Chitosan of molecular weight 50-190 kDa and 190-310 kDa was obtained from Sigma-Aldrich (St. Louis, MO, USA), and 400-600 kDa chitosan was purchased from Spectrum Chemicals (New Brunswick, NJ, USA).

In vitro Susceptibility of C. jejuni to Chitosan

Antimicrobial activity of each molecular weight chitosan, low (50-190 kDa), medium (190-310 kDa) and high (400-600 kDa), in a 0.5% (wt./vol.) solution was determined by inoculating each solution with a four-strain mixture of wildtype C. jejuni. Preparation of the Campylobacter inoculum was done as described previously by Farnell and others.17 In brief, working stock cultures of the four wild-type strains of C. jejuni were obtained by individually inoculating each strain into fresh Campylobacter Enrichment Broth (CEB, Acumedia, Neogen Corporation, Lansing, MI, USA) from frozen glycerol stock and successively sub-culturing twice at 42 ºC for 48 h under microaerophilic conditions. Strain mixtures were then combined centrifuged at 3000 * g for 10 minutes and the cell pellet re-suspended in 10 mL Butterfield’s Phosphate Diluent (BPD). A 1% stock solution (wt./vol.) of each molecular weight of chitosan was prepared in 50 mM acetic acid as described by Ganan and others.18 For the experiment, the stock concentration of each of the chitosan solutions and the acetic acid control was diluted 1:1 with an inoculum containing 108 CFU/mL of C. jejuni, resulting in a final concentration of 0.5% for each chitosan. Sample time points included 0, 2, 4 and 8 h post inoculation. At each time point, an aliquot from the treatments and control was taken and 1:10 serial dilutions were direct plated on Campy Line Agar.19 The plates were incubated for 48 h at 42 ºC in a microaerophilic atmosphere. Direct enumeration of Campylobacter colonies was converted to CFU/mL for each treatment. Each susceptibility assay was repeated in duplicate.
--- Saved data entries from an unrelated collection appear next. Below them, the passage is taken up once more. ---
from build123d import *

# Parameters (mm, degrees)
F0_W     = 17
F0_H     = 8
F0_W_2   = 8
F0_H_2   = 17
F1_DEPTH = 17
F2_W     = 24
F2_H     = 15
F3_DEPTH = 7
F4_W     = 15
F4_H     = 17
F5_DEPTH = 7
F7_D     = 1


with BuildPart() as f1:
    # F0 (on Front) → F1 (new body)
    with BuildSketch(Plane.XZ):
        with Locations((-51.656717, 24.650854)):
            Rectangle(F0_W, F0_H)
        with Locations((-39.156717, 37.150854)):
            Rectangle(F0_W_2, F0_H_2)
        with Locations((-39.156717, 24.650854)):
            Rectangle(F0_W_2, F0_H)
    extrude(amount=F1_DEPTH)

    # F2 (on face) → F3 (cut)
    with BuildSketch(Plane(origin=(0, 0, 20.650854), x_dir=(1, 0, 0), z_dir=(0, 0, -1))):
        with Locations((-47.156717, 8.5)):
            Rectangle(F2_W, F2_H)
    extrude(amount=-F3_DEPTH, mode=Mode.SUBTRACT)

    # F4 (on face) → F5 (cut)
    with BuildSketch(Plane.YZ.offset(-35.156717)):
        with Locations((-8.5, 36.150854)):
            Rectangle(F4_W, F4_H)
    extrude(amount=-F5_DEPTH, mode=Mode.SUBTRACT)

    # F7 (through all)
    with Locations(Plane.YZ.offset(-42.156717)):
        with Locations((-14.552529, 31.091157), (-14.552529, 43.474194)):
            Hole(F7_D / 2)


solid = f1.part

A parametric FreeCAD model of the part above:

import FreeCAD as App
import Part
import Sketcher

V = App.Vector


def add_polygon(sketch, points):
    """Adds a closed chain of lines whose ends are joined by coincident constraints."""
    first, n = sketch.GeometryCount, len(points)
    for a, b in zip(points, points[1:] + points[:1]):
        sketch.addGeometry(Part.LineSegment(App.Vector(*a, 0), App.Vector(*b, 0)), False)
    for i in range(n):
        sketch.addConstraint(Sketcher.Constraint("Coincident", first + i, 2, first + (i + 1) % n, 1))

doc = App.newDocument("Part")
body = doc.addObject("PartDesign::Body", "Body")

sketch1 = doc.addObject("Sketcher::SketchObject", "Sketch")
body.addObject(sketch1)
sketch1.AttachmentSupport = (doc.XZ_Plane, [""])
sketch1.MapMode = "FlatFace"
add_polygon(sketch1, [(-60, 29), (-60, 21), (-35, 21), (-35, 46), (-43, 46), (-43, 29)])
sketch1.addConstraint([
    Sketcher.Constraint("Vertical", 0),
    Sketcher.Constraint("Horizontal", 1),
    Sketcher.Constraint("Vertical", 2),
    Sketcher.Constraint("Horizontal", 3),
    Sketcher.Constraint("Vertical", 4),
    Sketcher.Constraint("Horizontal", 5),
    Sketcher.Constraint("Equal", 3, 0),
    Sketcher.Constraint("Equal", 1, 2),
    Sketcher.Constraint("DistanceX", 1, 1, 1, 2, 25.0),
    Sketcher.Constraint("DistanceX", 3, 2, 3, 1, 8.0),
    Sketcher.Constraint("DistanceX", 0, 2, -1, 1, 60.156717),
    Sketcher.Constraint("DistanceY", -1, 1, 0, 2, 20.650854),
])
pad1 = doc.addObject("PartDesign::Pad", "Pad")
body.addObject(pad1)
pad1.Profile = sketch1
pad1.Length = 17

sketch2 = doc.addObject("Sketcher::SketchObject", "Sketch001")
body.addObject(sketch2)
sketch2.AttachmentSupport = (doc.XY_Plane, [""])
sketch2.MapMode = "FlatFace"
sketch2.AttachmentOffset = App.Placement(V(0, 0, 20.650854), App.Rotation())
add_polygon(sketch2, [(-59, -16), (-59, -1), (-35, -1), (-35, -16)])
sketch2.addConstraint([
    Sketcher.Constraint("Vertical", 0),
    Sketcher.Constraint("Horizontal", 1),
    Sketcher.Constraint("Vertical", 2),
    Sketcher.Constraint("Horizontal", 3),
    Sketcher.Constraint("DistanceX", 1, 1, 1, 2, 24.0),
    Sketcher.Constraint("DistanceY", 0, 1, 0, 2, 15.0),
    Sketcher.Constraint("DistanceY", 0, 2, -1, 1, 1.0),
    Sketcher.Constraint("DistanceX", 0, 2, -1, 1, 59.156717),
])
pocket1 = doc.addObject("PartDesign::Pocket", "Pocket")
body.addObject(pocket1)
pocket1.Profile = sketch2
pocket1.Length = 7
pocket1.Reversed = True

sketch3 = doc.addObject("Sketcher::SketchObject", "Sketch002")
body.addObject(sketch3)
sketch3.AttachmentSupport = (doc.YZ_Plane, [""])
sketch3.MapMode = "FlatFace"
sketch3.AttachmentOffset = App.Placement(V(0, 0, -35.156717), App.Rotation())
add_polygon(sketch3, [(-16, 45), (-16, 28), (-1, 28), (-1, 45)])
sketch3.addConstraint([
    Sketcher.Constraint("Vertical", 0),
    Sketcher.Constraint("Horizontal", 1),
    Sketcher.Constraint("Vertical", 2),
    Sketcher.Constraint("Horizontal", 3),
    Sketcher.Constraint("DistanceX", 1, 1, 1, 2, 15.0),
    Sketcher.Constraint("DistanceY", 0, 2, 0, 1, 17.0),
    Sketcher.Constraint("DistanceX", 0, 2, -1, 1, 16.0),
    Sketcher.Constraint("DistanceY", -1, 1, 0, 2, 27.650854),
])
pocket2 = doc.addObject("PartDesign::Pocket", "Pocket001")
body.addObject(pocket2)
pocket2.Profile = sketch3
pocket2.Length = 7

sketch4 = doc.addObject("Sketcher::SketchObject", "Sketch003")
body.addObject(sketch4)
sketch4.AttachmentSupport = (doc.YZ_Plane, [""])
sketch4.MapMode = "FlatFace"
sketch4.AttachmentOffset = App.Placement(V(0, 0, -42.156717), App.Rotation())
sketch4.addGeometry([
    Part.Circle(V(-14.6, 31.1, 0), V(0, 0, 1), 0.5),
    Part.Circle(V(-14.6, 43.5, 0), V(0, 0, 1), 0.5),
], False)
sketch4.addConstraint([
    Sketcher.Constraint("Equal", 0, 1),
    Sketcher.Constraint("Vertical", 0, 3, 1, 3),
    Sketcher.Constraint("Diameter", 0, 1.0),
    Sketcher.Constraint("DistanceX", 0, 3, -1, 1, 14.552529),
    Sketcher.Constraint("DistanceY", -1, 1, 0, 3, 31.091157),
    Sketcher.Constraint("DistanceY", -1, 1, 1, 3, 43.474194),
])
doc.recompute()
hole = doc.addObject("PartDesign::Hole", "Hole")
body.addObject(hole)
hole.Profile = sketch4
hole.ThreadType = "None"
hole.Diameter = 1
hole.DepthType = "ThroughAll"

doc.recompute()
In vivo Susceptibility of C. jejuni to Chitosan

Day of hatch Cobb broiler chicks (Siloam Springs, AR, USA) from a local commercial hatchery were utilized for the animal experiments. In each of three replicate trials, 100 chicks per trial were randomly divided into 10 treatments, which consisted of three concentrations (0.25%, 0.5%, or 1% wt./wt.) of each molecular weight chitosan, which was added to the feed and a positive control (0% chitosan). Birds were placed in floor pens and provided feed and water ad libitum; treated feed was provided throughout the entire trial.
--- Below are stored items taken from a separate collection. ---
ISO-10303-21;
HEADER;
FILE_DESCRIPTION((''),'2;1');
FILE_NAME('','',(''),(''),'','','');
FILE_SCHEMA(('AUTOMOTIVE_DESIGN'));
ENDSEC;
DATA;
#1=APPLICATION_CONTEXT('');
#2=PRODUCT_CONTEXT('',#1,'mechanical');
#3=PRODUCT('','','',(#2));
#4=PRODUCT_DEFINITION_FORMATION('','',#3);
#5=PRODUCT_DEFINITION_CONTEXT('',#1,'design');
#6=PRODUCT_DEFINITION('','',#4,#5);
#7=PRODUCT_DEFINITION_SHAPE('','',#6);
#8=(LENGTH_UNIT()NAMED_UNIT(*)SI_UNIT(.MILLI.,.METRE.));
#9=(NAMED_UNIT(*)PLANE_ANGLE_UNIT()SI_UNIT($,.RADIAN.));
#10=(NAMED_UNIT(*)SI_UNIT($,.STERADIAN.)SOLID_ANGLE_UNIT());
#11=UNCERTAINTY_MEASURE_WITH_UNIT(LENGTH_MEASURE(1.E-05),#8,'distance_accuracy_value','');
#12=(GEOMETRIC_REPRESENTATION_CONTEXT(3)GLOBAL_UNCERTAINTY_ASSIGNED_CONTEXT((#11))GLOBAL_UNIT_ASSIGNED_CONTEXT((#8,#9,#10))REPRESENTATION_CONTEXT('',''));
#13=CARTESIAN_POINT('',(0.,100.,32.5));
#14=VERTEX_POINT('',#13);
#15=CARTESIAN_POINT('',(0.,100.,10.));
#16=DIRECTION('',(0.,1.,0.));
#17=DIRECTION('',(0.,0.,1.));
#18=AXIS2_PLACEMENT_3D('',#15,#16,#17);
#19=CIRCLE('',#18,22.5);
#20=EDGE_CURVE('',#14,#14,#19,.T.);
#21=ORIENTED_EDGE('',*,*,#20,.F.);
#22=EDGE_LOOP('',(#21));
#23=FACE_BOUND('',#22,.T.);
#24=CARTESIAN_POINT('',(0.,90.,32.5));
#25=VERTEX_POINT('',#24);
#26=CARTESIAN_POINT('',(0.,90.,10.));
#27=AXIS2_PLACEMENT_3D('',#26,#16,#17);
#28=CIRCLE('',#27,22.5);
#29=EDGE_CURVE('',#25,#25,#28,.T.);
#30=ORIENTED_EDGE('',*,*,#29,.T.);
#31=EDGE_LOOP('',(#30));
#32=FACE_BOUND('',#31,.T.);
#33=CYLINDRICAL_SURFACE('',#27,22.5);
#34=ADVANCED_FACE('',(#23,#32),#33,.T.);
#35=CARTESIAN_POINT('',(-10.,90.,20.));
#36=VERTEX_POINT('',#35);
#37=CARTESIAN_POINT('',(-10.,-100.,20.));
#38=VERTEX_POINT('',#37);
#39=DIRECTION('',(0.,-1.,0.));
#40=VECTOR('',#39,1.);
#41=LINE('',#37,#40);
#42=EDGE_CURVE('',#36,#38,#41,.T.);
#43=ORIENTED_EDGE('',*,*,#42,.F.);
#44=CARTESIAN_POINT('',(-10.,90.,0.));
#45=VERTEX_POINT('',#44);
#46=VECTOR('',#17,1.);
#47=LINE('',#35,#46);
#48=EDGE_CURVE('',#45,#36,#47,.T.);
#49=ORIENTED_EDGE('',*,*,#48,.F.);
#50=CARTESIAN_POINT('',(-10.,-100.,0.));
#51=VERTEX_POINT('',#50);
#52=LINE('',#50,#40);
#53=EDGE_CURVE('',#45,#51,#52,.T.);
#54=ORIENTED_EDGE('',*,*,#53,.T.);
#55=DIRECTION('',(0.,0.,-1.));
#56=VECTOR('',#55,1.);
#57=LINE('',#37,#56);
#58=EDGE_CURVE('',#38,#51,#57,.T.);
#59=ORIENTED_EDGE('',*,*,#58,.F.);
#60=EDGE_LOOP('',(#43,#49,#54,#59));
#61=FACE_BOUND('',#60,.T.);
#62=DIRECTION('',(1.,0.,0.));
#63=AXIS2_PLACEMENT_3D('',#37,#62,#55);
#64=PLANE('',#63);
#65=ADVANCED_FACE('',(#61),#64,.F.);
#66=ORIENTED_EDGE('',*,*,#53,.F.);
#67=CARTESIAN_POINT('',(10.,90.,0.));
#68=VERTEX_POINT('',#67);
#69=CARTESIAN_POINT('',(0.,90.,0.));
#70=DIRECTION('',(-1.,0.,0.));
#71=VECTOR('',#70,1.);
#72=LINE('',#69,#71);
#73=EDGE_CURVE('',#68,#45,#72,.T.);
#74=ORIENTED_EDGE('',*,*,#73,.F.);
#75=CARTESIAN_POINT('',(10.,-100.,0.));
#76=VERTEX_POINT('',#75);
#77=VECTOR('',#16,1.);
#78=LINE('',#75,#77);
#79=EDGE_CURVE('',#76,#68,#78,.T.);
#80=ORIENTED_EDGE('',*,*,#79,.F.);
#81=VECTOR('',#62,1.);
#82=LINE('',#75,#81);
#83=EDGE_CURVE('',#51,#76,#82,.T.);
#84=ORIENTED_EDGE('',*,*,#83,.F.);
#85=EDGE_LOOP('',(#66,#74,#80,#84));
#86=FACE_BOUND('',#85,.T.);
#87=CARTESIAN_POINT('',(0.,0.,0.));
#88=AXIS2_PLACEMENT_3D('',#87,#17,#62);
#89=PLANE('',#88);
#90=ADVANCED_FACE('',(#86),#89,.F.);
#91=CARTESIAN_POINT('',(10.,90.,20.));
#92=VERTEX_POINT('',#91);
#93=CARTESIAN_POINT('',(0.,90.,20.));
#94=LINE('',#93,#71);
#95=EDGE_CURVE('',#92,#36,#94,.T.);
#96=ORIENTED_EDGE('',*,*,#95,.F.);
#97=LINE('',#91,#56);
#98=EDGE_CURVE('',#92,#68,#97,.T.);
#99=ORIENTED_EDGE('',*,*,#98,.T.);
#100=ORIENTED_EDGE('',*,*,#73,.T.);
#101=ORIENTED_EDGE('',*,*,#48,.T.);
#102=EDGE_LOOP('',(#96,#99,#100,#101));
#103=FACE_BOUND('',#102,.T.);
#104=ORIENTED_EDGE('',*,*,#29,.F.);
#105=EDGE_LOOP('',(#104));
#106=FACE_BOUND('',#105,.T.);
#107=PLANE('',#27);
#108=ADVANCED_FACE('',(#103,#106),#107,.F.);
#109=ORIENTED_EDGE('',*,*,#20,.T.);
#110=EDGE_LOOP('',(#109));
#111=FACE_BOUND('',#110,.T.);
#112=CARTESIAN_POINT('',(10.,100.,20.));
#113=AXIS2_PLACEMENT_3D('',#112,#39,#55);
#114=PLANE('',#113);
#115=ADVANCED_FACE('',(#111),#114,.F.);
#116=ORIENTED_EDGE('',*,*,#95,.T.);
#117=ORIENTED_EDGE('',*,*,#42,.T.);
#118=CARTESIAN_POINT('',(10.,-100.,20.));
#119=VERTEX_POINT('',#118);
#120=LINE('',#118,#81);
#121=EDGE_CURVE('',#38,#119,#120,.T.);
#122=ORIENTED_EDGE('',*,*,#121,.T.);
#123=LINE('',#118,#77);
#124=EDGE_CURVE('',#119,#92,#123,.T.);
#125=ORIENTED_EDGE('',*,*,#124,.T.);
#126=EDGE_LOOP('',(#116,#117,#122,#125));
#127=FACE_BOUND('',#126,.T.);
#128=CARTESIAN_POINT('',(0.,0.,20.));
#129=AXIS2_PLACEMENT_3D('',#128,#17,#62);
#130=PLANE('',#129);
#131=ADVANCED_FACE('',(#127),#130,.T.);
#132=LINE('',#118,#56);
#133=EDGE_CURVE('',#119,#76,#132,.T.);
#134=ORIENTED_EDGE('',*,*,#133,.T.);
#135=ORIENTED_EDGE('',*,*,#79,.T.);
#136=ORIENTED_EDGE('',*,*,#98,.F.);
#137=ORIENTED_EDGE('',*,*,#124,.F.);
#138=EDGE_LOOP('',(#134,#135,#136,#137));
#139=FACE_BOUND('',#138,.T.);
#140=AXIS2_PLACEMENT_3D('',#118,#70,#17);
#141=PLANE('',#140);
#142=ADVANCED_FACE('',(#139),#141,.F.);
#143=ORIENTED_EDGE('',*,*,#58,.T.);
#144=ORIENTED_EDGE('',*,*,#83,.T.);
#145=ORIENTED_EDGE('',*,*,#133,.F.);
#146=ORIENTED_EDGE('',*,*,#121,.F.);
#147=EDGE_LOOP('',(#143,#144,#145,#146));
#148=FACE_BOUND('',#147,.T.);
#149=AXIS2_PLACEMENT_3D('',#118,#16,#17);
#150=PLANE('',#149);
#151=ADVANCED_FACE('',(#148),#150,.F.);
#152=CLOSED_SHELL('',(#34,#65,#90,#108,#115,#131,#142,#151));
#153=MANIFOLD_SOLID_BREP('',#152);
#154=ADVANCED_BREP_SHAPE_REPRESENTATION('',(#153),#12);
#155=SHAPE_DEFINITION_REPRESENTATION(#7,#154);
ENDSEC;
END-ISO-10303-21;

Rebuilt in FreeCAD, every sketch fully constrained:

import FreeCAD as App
import Part
import Sketcher

doc = App.newDocument("Part")
body = doc.addObject("PartDesign::Body", "Body")

# Sketch on XY plane
sketch1 = body.newObject("Sketcher::SketchObject", "Sketch")
sketch1.AttachmentSupport = (doc.getObject("XY_Plane"), [""])
sketch1.MapMode = "FlatFace"
sketch1.addGeometry(Part.LineSegment(App.Vector(-10, 100, 0), App.Vector(-10, -100, 0)), False)
sketch1.addGeometry(Part.LineSegment(App.Vector(-10, -100, 0), App.Vector(10, -100, 0)), False)
sketch1.addGeometry(Part.LineSegment(App.Vector(10, -100, 0), App.Vector(10, 100, 0)), False)
sketch1.addGeometry(Part.LineSegment(App.Vector(10, 100, 0), App.Vector(-10, 100, 0)), False)
sketch1.addConstraint(Sketcher.Constraint("Coincident", 0, 2, 1, 1))
sketch1.addConstraint(Sketcher.Constraint("Coincident", 1, 2, 2, 1))
sketch1.addConstraint(Sketcher.Constraint("Coincident", 2, 2, 3, 1))
sketch1.addConstraint(Sketcher.Constraint("Coincident", 3, 2, 0, 1))
sketch1.addConstraint(Sketcher.Constraint("Vertical", 0))
sketch1.addConstraint(Sketcher.Constraint("Horizontal", 1))
sketch1.addConstraint(Sketcher.Constraint("Vertical", 2))
sketch1.addConstraint(Sketcher.Constraint("Horizontal", 3))
sketch1.addConstraint(Sketcher.Constraint("Symmetric", 0, 2, 2, 2, -1, 1))
sketch1.addConstraint(Sketcher.Constraint("DistanceX", 1, 1, 1, 2, 20.0))
sketch1.addConstraint(Sketcher.Constraint("DistanceY", 0, 2, 0, 1, 200.0))
pad1 = body.newObject("PartDesign::Pad", "Pad")
pad1.Profile = sketch1
pad1.Length = 20

# Sketch on XZ plane
sketch2 = body.newObject("Sketcher::SketchObject", "Sketch001")
sketch2.AttachmentSupport = (doc.getObject("XZ_Plane"), [""])
sketch2.MapMode = "FlatFace"
sketch2.AttachmentOffset = App.Placement(App.Vector(0, 0, -100), App.Rotation())
sketch2.addGeometry(Part.Circle(App.Vector(0, 10, 0), App.Vector(0, 0, 1), 22.5), False)
sketch2.addConstraint(Sketcher.Constraint("PointOnObject", 0, 3, -2))
sketch2.addConstraint(Sketcher.Constraint("Diameter", 0, 45.0))
sketch2.addConstraint(Sketcher.Constraint("DistanceY", -1, 1, 0, 3, 10.0))
pad2 = body.newObject("PartDesign::Pad", "Pad001")
pad2.Profile = sketch2
pad2.Length = 10

doc.recompute()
The Campylobacter challenge was prepared as mentioned above. Birds were challenged by oral gavage with 0.25 mL of a four-strain mixture of wild-type C. jejuni on day 6, at a concentration of 107 -108 CFU/mL. On day 15, birds were euthanized and the ceca were excised for Campylobacter enumeration. Cecal contents were serially diluted 10-fold with BPD and plated on CLA for direct enumeration. Plates were incubated at 42 ºC under microaerophilic conditions for 48 h and enumerated for Campylobacter colonies as previously described by our laboratory.20 All the experiments conducted in this study were approved by the Institutional Animal Care and Use Committee of the University of Arkansas.

Chitosan Solution Preparation and Determination of Sub-Inhibitory Concentration (SIC)

The chitosan solution was prepared as mentioned previously.18 The SIC of chitosan was determined using previously published protocol.21 Briefly, 24 well polystyrene plates (Costar, Corning, NY, USA) containing CEB (2 mL/well) supplemented with two-fold dilutions of chitosan (0, 0.2, 0.1, 0.05, 0.025, 0.0125 and 0.00625%), were inoculated with ~5.0 log CFU of C. jejuni wild strain, followed by incubation at 42 ºC for 24 h. Bacterial growth was determined by culturing on CLA agar plates. The highest concentration of chitosan that did not inhibit C. jejuni growth during mid-log (8 h), and stationary phase (24 h) were selected as the SIC for the compound.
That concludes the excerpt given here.